Records from a data source
::::

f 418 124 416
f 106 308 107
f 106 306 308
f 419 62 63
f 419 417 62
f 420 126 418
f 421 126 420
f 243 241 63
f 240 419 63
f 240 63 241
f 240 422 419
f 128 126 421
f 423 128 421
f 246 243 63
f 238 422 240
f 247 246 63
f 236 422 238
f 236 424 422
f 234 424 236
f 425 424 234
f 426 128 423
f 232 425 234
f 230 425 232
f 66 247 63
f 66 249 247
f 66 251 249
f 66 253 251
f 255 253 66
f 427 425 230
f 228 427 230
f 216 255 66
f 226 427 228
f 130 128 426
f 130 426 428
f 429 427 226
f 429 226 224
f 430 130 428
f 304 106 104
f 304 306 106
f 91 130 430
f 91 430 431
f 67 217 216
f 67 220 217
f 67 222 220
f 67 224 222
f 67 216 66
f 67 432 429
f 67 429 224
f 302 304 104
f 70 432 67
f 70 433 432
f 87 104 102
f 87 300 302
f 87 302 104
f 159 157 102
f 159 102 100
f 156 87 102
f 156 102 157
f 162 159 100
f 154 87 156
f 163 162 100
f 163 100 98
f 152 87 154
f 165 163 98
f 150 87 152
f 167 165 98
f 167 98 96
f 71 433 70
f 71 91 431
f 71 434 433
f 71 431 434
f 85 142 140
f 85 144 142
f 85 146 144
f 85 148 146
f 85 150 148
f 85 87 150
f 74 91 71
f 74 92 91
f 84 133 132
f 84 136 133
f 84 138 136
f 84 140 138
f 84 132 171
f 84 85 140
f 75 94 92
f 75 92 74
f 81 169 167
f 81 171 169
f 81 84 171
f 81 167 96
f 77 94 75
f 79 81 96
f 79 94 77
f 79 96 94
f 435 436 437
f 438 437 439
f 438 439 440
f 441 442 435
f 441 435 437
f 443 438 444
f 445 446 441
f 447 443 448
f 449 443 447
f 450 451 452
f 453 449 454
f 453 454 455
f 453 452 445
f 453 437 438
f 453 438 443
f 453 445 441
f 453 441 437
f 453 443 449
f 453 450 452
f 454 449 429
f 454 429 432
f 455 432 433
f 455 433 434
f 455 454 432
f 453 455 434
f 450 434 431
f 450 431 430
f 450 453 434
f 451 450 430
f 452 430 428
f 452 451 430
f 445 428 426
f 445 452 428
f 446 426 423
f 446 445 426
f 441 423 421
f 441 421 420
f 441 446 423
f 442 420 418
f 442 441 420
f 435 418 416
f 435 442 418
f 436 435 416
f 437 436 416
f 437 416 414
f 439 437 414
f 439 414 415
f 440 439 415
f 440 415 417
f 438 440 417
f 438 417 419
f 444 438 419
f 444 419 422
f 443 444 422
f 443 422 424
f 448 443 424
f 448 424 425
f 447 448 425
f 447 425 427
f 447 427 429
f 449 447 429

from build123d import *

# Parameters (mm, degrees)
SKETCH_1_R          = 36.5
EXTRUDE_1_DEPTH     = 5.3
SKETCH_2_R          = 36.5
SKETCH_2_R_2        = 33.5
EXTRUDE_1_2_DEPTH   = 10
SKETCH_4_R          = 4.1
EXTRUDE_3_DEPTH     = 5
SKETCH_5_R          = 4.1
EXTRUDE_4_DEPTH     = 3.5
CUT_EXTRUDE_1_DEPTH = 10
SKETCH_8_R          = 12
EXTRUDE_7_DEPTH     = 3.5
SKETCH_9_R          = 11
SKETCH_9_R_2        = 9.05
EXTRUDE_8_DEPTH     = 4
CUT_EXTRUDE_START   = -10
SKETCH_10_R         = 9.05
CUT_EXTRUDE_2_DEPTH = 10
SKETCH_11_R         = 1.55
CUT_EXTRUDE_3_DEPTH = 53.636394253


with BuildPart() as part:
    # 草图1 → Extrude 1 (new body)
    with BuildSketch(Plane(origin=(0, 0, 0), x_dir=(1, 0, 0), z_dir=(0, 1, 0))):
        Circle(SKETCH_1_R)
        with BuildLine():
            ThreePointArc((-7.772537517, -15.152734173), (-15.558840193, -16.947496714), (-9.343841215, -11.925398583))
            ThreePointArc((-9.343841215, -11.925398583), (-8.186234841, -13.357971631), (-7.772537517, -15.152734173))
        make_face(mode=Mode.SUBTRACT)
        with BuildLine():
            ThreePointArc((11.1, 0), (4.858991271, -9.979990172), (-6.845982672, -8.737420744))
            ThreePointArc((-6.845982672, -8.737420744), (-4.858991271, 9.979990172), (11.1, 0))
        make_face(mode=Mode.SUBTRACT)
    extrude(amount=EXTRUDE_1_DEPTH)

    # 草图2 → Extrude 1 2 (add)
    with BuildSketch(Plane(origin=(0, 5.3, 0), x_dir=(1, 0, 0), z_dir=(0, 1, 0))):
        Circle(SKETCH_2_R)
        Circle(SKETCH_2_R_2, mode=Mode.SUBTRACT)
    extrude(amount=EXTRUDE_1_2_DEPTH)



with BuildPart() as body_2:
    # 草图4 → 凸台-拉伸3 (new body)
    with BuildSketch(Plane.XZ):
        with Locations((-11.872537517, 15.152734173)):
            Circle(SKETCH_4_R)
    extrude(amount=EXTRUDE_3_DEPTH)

::::

Problem to work on -
For the lines above, output exactly those from the line containing "f 71 431 434" through the line containing "-9.979990172), (-6.845982672, -8.737420744))", and skip the others.

Result below -
f 71 431 434
f 85 142 140
f 85 144 142
f 85 146 144
f 85 148 146
f 85 150 148
f 85 87 150
f 74 91 71
f 74 92 91
f 84 133 132
f 84 136 133
f 84 138 136
f 84 140 138
f 84 132 171
f 84 85 140
f 75 94 92
f 75 92 74
f 81 169 167
f 81 171 169
f 81 84 171
f 81 167 96
f 77 94 75
f 79 81 96
f 79 94 77
f 79 96 94
f 435 436 437
f 438 437 439
f 438 439 440
f 441 442 435
f 441 435 437
f 443 438 444
f 445 446 441
f 447 443 448
f 449 443 447
f 450 451 452
f 453 449 454
f 453 454 455
f 453 452 445
f 453 437 438
f 453 438 443
f 453 445 441
f 453 441 437
f 453 443 449
f 453 450 452
f 454 449 429
f 454 429 432
f 455 432 433
f 455 433 434
f 455 454 432
f 453 455 434
f 450 434 431
f 450 431 430
f 450 453 434
f 451 450 430
f 452 430 428
f 452 451 430
f 445 428 426
f 445 452 428
f 446 426 423
f 446 445 426
f 441 423 421
f 441 421 420
f 441 446 423
f 442 420 418
f 442 441 420
f 435 418 416
f 435 442 418
f 436 435 416
f 437 436 416
f 437 416 414
f 439 437 414
f 439 414 415
f 440 439 415
f 440 415 417
f 438 440 417
f 438 417 419
f 444 438 419
f 444 419 422
f 443 444 422
f 443 422 424
f 448 443 424
f 448 424 425
f 447 448 425
f 447 425 427
f 447 427 429
f 449 447 429

from build123d import *

# Parameters (mm, degrees)
SKETCH_1_R          = 36.5
EXTRUDE_1_DEPTH     = 5.3
SKETCH_2_R          = 36.5
SKETCH_2_R_2        = 33.5
EXTRUDE_1_2_DEPTH   = 10
SKETCH_4_R          = 4.1
EXTRUDE_3_DEPTH     = 5
SKETCH_5_R          = 4.1
EXTRUDE_4_DEPTH     = 3.5
CUT_EXTRUDE_1_DEPTH = 10
SKETCH_8_R          = 12
EXTRUDE_7_DEPTH     = 3.5
SKETCH_9_R          = 11
SKETCH_9_R_2        = 9.05
EXTRUDE_8_DEPTH     = 4
CUT_EXTRUDE_START   = -10
SKETCH_10_R         = 9.05
CUT_EXTRUDE_2_DEPTH = 10
SKETCH_11_R         = 1.55
CUT_EXTRUDE_3_DEPTH = 53.636394253


with BuildPart() as part:
    # 草图1 → Extrude 1 (new body)
    with BuildSketch(Plane(origin=(0, 0, 0), x_dir=(1, 0, 0), z_dir=(0, 1, 0))):
        Circle(SKETCH_1_R)
        with BuildLine():
            ThreePointArc((-7.772537517, -15.152734173), (-15.558840193, -16.947496714), (-9.343841215, -11.925398583))
            ThreePointArc((-9.343841215, -11.925398583), (-8.186234841, -13.357971631), (-7.772537517, -15.152734173))
        make_face(mode=Mode.SUBTRACT)
        with BuildLine():
            ThreePointArc((11.1, 0), (4.858991271, -9.979990172), (-6.845982672, -8.737420744))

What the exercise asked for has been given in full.